"terminate called after throwing an instance of 'c10::Error'"

Question

"terminate called after throwing an instance of 'c10::Error'"

Closed this issue 4 years ago · 9 comments

Hello,

Thanks for sharing the code. When I tried python train.py --config configs/maml/halfcheetah-vel.yaml --output-folder maml-halfcheetah-vel --seed 1 --num-workers 8,

It gave me this error,
"terminate called after throwing an instance of 'c10::Error'"

I checked all the requirements are satisfied. What could be the problem?

Thanks

Answer 1 · 2020-01-21T21:12:01.000Z

Hi, I have never encountered this error before, and I have no idea what could cause it unfortunately.
Does it happen right away when you launch the script, or after running for a while?

Answer 2 · 2020-01-22T00:29:49.000Z

Hello,

It happened a little while after I launch the script.

I think it has something to do with the multiprocessing, any guesses? Thanks

Answer 3 · 2020-01-25T02:25:29.000Z

This could be a multiprocessing issue. All the search results I get are related to some C++ code, so I'm afraid that could be internal to PyTorch (and the relation with multiprocessing). I'm sorry I'm not of much help, I'll keep looking.

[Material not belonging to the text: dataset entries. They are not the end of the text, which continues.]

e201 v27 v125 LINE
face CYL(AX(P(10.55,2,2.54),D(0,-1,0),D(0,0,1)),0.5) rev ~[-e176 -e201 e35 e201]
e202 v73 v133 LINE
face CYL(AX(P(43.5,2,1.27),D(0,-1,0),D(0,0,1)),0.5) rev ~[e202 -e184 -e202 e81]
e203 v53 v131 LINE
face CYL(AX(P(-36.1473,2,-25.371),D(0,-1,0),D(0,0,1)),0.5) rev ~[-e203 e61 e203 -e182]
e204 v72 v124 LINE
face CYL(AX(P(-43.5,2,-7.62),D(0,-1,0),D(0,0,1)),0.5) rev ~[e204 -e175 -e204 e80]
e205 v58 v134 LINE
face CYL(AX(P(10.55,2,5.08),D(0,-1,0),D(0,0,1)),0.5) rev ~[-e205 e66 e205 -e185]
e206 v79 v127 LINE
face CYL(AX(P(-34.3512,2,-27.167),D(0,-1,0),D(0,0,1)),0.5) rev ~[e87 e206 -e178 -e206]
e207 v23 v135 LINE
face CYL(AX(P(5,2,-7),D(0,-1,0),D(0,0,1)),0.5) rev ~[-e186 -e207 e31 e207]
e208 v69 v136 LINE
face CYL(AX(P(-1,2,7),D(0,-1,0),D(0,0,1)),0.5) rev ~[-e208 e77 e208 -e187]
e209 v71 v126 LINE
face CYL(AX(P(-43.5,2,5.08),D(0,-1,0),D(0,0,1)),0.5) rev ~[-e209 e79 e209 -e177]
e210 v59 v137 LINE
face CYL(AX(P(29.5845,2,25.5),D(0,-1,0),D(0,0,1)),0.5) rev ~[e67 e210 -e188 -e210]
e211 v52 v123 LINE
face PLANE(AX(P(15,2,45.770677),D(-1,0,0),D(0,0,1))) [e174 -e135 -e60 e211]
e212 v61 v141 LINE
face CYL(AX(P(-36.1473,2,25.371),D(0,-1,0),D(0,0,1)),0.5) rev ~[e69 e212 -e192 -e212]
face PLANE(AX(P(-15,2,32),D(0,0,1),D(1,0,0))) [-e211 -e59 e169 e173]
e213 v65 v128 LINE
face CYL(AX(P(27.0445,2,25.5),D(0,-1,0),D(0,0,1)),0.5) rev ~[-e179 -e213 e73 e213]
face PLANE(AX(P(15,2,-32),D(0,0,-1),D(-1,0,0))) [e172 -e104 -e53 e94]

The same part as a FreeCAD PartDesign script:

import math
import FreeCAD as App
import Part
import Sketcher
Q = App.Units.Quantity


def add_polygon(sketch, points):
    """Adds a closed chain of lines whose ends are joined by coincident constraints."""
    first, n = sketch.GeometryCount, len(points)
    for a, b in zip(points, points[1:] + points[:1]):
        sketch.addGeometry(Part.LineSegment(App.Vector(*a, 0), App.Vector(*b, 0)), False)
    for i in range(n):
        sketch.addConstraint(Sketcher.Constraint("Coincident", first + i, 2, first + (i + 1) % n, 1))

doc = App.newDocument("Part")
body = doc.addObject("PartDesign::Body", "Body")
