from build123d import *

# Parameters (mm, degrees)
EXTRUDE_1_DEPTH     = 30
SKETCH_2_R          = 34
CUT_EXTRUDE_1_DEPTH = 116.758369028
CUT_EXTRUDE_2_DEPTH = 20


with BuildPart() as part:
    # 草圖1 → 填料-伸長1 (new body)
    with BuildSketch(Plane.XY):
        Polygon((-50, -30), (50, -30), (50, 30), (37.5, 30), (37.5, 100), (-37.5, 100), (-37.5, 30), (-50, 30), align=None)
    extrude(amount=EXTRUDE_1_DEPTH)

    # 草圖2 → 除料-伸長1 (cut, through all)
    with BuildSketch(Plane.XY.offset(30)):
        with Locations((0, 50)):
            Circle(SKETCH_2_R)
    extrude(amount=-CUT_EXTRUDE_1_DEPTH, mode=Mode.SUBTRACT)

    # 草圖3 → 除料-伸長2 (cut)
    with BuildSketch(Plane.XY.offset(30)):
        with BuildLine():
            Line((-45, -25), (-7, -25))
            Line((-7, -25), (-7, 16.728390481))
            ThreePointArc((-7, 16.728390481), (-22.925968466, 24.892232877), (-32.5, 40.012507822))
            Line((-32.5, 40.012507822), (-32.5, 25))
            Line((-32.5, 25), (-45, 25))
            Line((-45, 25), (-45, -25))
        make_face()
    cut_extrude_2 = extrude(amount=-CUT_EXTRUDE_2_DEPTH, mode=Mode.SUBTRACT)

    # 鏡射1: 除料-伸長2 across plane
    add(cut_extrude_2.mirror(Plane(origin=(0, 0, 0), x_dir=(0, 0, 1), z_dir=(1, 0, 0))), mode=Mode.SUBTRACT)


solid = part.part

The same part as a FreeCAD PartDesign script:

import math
import FreeCAD as App
import Part
import Sketcher

V = App.Vector


def add_polygon(sketch, points):
    """Adds a closed chain of lines whose ends are joined by coincident constraints."""
    first, n = sketch.GeometryCount, len(points)
    for a, b in zip(points, points[1:] + points[:1]):
        sketch.addGeometry(Part.LineSegment(App.Vector(*a, 0), App.Vector(*b, 0)), False)
    for i in range(n):
        sketch.addConstraint(Sketcher.Constraint("Coincident", first + i, 2, first + (i + 1) % n, 1))

doc = App.newDocument("Part")
body = doc.addObject("PartDesign::Body", "Body")

sketch1 = body.newObject("Sketcher::SketchObject", "Sketch")
sketch1.AttachmentSupport = (doc.getObject("XY_Plane"), [""])
sketch1.MapMode = "FlatFace"
add_polygon(sketch1, [(-50, -30), (50, -30), (50, 30), (38, 30), (38, 100), (-38, 100), (-38, 30), (-50, 30)])
sketch1.addConstraint(Sketcher.Constraint("Horizontal", 0))
sketch1.addConstraint(Sketcher.Constraint("Vertical", 1))
sketch1.addConstraint(Sketcher.Constraint("Horizontal", 2))
sketch1.addConstraint(Sketcher.Constraint("Vertical", 3))
sketch1.addConstraint(Sketcher.Constraint("Horizontal", 4))
sketch1.addConstraint(Sketcher.Constraint("Vertical", 5))
sketch1.addConstraint(Sketcher.Constraint("Horizontal", 6))
sketch1.addConstraint(Sketcher.Constraint("Vertical", 7))
sketch1.addConstraint(Sketcher.Constraint("Symmetric", 0, 2, 6, 2, -1, 1))
sketch1.addConstraint(Sketcher.Constraint("Symmetric", 2, 2, 5, 2, -2))
sketch1.addConstraint(Sketcher.Constraint("DistanceX", 0, 1, 0, 2, 100.0))
sketch1.addConstraint(Sketcher.Constraint("DistanceX", 4, 2, 4, 1, 75.0))
sketch1.addConstraint(Sketcher.Constraint("DistanceY", 1, 1, 1, 2, 60.0))
sketch1.addConstraint(Sketcher.Constraint("DistanceY", 3, 1, 3, 2, 70.0))
pad1 = body.newObject("PartDesign::Pad", "Pad")
pad1.Profile = sketch1
pad1.Length = 30

sketch2 = body.newObject("Sketcher::SketchObject", "Sketch001")
sketch2.AttachmentSupport = (doc.getObject("XY_Plane"), [""])
sketch2.MapMode = "FlatFace"
sketch2.AttachmentOffset = App.Placement(V(0, 0, 30), App.Rotation())
sketch2.addGeometry(Part.Circle(V(0, 50, 0), V(0, 0, 1), 34), False)
sketch2.addConstraint(Sketcher.Constraint("PointOnObject", 0, 3, -2))
sketch2.addConstraint(Sketcher.Constraint("Diameter", 0, 68.0))
sketch2.addConstraint(Sketcher.Constraint("DistanceY", -1, 1, 0, 3, 50.0))
pocket1 = body.newObject("PartDesign::Pocket", "Pocket")
pocket1.Profile = sketch2
pocket1.Type = "ThroughAll"

sketch3 = body.newObject("Sketcher::SketchObject", "Sketch002")
sketch3.AttachmentSupport = (doc.getObject("XY_Plane"), [""])
sketch3.MapMode = "FlatFace"
sketch3.AttachmentOffset = App.Placement(V(0, 0, 30), App.Rotation())
sketch3.addGeometry(Part.LineSegment(V(-45, -25, 0), V(-7, -25, 0)), False)
sketch3.addGeometry(Part.LineSegment(V(-7, -25, 0), V(-7, 17, 0)), False)
sketch3.addGeometry(Part.ArcOfCircle(Part.Circle(V(0, 50, 0), V(0, 0, 1), 34), math.radians(-163), math.radians(-102)), False)
sketch3.addGeometry(Part.LineSegment(V(-32, 40, 0), V(-32, 25, 0)), False)
sketch3.addGeometry(Part.LineSegment(V(-32, 25, 0), V(-45, 25, 0)), False)
sketch3.addGeometry(Part.LineSegment(V(-45, 25, 0), V(-45, -25, 0)), False)
sketch3.addConstraint(Sketcher.Constraint("Coincident", 0, 2, 1, 1))
sketch3.addConstraint(Sketcher.Constraint("Coincident", 1, 2, 2, 2))
sketch3.addConstraint(Sketcher.Constraint("Coincident", 2, 1, 3, 1))
sketch3.addConstraint(Sketcher.Constraint("Coincident", 3, 2, 4, 1))
sketch3.addConstraint(Sketcher.Constraint("Coincident", 4, 2, 5, 1))
sketch3.addConstraint(Sketcher.Constraint("Coincident", 5, 2, 0, 1))
sketch3.addConstraint(Sketcher.Constraint("Horizontal", 0))
sketch3.addConstraint(Sketcher.Constraint("Vertical", 1))
sketch3.addConstraint(Sketcher.Constraint("Vertical", 3))
sketch3.addConstraint(Sketcher.Constraint("Horizontal", 4))
sketch3.addConstraint(Sketcher.Constraint("Vertical", 5))
sketch3.addConstraint(Sketcher.Constraint("PointOnObject", 2, 3, -2))
sketch3.addConstraint(Sketcher.Constraint("Radius", 2, 34.0))
sketch3.addConstraint(Sketcher.Constraint("DistanceX", 0, 1, 0, 2, 38.0))
sketch3.addConstraint(Sketcher.Constraint("DistanceY", 5, 2, 5, 1, 50.0))
sketch3.addConstraint(Sketcher.Constraint("DistanceX", 4, 2, 4, 1, 12.5))
sketch3.addConstraint(Sketcher.Constraint("DistanceY", -1, 1, 2, 3, 50.0))
sketch3.addConstraint(Sketcher.Constraint("DistanceX", 0, 2, -1, 1, 7.0))
sketch3.addConstraint(Sketcher.Constraint("DistanceY", 0, 2, -1, 1, 25.0))
pocket2 = body.newObject("PartDesign::Pocket", "Pocket001")
pocket2.Profile = sketch3
pocket2.Length = 20
doc.recompute()

mirrored = body.newObject("PartDesign::Mirrored", "Mirrored")
mirrored.Originals = [pocket2]
mirrored.MirrorPlane = (doc.getObject("YZ_Plane"), [""])
body.Tip = mirrored

doc.recompute()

Answer 4 · 2020-04-16T03:44:01.000Z

@wyshi, I am getting the same error. Have you resolved the issue?

Answer 5 · 2020-04-17T14:29:50.000Z

Can you give more details about your setup (OS/Python version/PyTorch version)?

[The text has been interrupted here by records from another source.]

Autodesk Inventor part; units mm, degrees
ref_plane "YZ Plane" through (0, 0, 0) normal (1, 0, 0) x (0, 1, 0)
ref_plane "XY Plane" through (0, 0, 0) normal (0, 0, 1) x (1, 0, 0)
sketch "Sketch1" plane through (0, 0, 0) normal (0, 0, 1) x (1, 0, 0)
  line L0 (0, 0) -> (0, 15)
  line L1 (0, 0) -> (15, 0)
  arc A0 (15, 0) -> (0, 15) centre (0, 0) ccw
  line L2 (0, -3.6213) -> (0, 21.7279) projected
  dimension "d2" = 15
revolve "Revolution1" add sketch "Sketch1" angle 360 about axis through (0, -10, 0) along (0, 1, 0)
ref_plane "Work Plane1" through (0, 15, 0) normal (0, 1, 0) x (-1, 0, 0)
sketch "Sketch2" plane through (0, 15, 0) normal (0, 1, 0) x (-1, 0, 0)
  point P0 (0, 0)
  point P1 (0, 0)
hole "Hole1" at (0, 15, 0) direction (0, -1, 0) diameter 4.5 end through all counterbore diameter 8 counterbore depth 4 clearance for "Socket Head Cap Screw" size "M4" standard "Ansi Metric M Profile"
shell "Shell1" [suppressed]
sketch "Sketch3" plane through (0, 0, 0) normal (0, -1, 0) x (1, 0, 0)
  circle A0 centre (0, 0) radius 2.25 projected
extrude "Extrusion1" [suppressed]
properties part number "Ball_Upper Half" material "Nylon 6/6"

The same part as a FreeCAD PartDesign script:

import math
import FreeCAD as App
import Part
import Sketcher
from FreeCAD import Vector
Q = App.Units.Quantity

doc = App.newDocument("Part")
body = doc.addObject("PartDesign::Body", "Body")

# Sketch on XY plane
sketch1 = doc.addObject("Sketcher::SketchObject", "Sketch")
body.addObject(sketch1)
sketch1.AttachmentSupport = (doc.XY_Plane, [""])
sketch1.MapMode = "FlatFace"
sketch1.addGeometry([
    Part.LineSegment(Vector(0, 15, 0), Vector(0, 0, 0)),
    Part.LineSegment(Vector(0, 0, 0), Vector(15, 0, 0)),
    Part.ArcOfCircle(Part.Circle(Vector(0, 0, 0), Vector(0, 0, 1), 15), math.radians(0), math.radians(90)),
], False)
sketch1.addConstraint([
    Sketcher.Constraint("Coincident", 0, 2, 1, 1),
    Sketcher.Constraint("Coincident", 1, 2, 2, 1),
    Sketcher.Constraint("Coincident", 2, 2, 0, 1),
    Sketcher.Constraint("Vertical", 0),
    Sketcher.Constraint("Horizontal", 1),
    Sketcher.Constraint("Coincident", 2, 3, -1, 1),
    Sketcher.Constraint("Coincident", 0, 2, -1, 1),
    Sketcher.Constraint("Radius", 2, Q("15 mm")),
])
revolution = doc.addObject("PartDesign::Revolution", "Revolution")
body.addObject(revolution)
revolution.Profile = sketch1
revolution.ReferenceAxis = (sketch1, ["V_Axis"])
revolution.Angle = 360

# Sketch on XZ plane
sketch2 = doc.addObject("Sketcher::SketchObject", "Sketch001")
body.addObject(sketch2)
sketch2.AttachmentSupport = (doc.XZ_Plane, [""])
sketch2.MapMode = "FlatFace"
sketch2.AttachmentOffset = App.Placement(Vector(0, 0, -15), App.Rotation())
sketch2.addGeometry(Part.Circle(Vector(0, 0, 0), Vector(0, 0, 1), 2.2), False)
sketch2.addConstraint([
    Sketcher.Constraint("Coincident", 0, 3, -1, 1),
    Sketcher.Constraint("Diameter", 0, Q("4.5 mm")),
])
doc.recompute()
hole = doc.addObject("PartDesign::Hole", "Hole")
body.addObject(hole)
hole.Profile = sketch2
hole.ThreadType = "None"
hole.Diameter = 4.5
hole.DepthType = "ThroughAll"
hole.HoleCutType = "Counterbore"
hole.HoleCutDiameter = 8
hole.HoleCutDepth = 4
hole.Reversed = True

doc.recompute()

Answer 6 · 2020-04-21T16:40:21.000Z

Ubuntu, 16.04.6 LTS/Python 3.7.6/Pytorch 1.3.1

…

On Fri, Apr 17, 2020 at 7:30 AM Tristan Deleu ***@***.***> wrote: Can you give more details about your setup (OS/Python version/PyTorch version)? — You are receiving this because you commented. Reply to this email directly, view it on GitHub <#40 (comment)>, or unsubscribe <https://github.com/notifications/unsubscribe-auth/ACB26WSFEJIHEY7V5XAPVVDRNBRW5ANCNFSM4KJLEW6Q> .

Answer 7 · 2020-04-24T13:10:32.000Z

Can someone provide the full traceback with this error? With possibly what follows this error (frame #1 ...?)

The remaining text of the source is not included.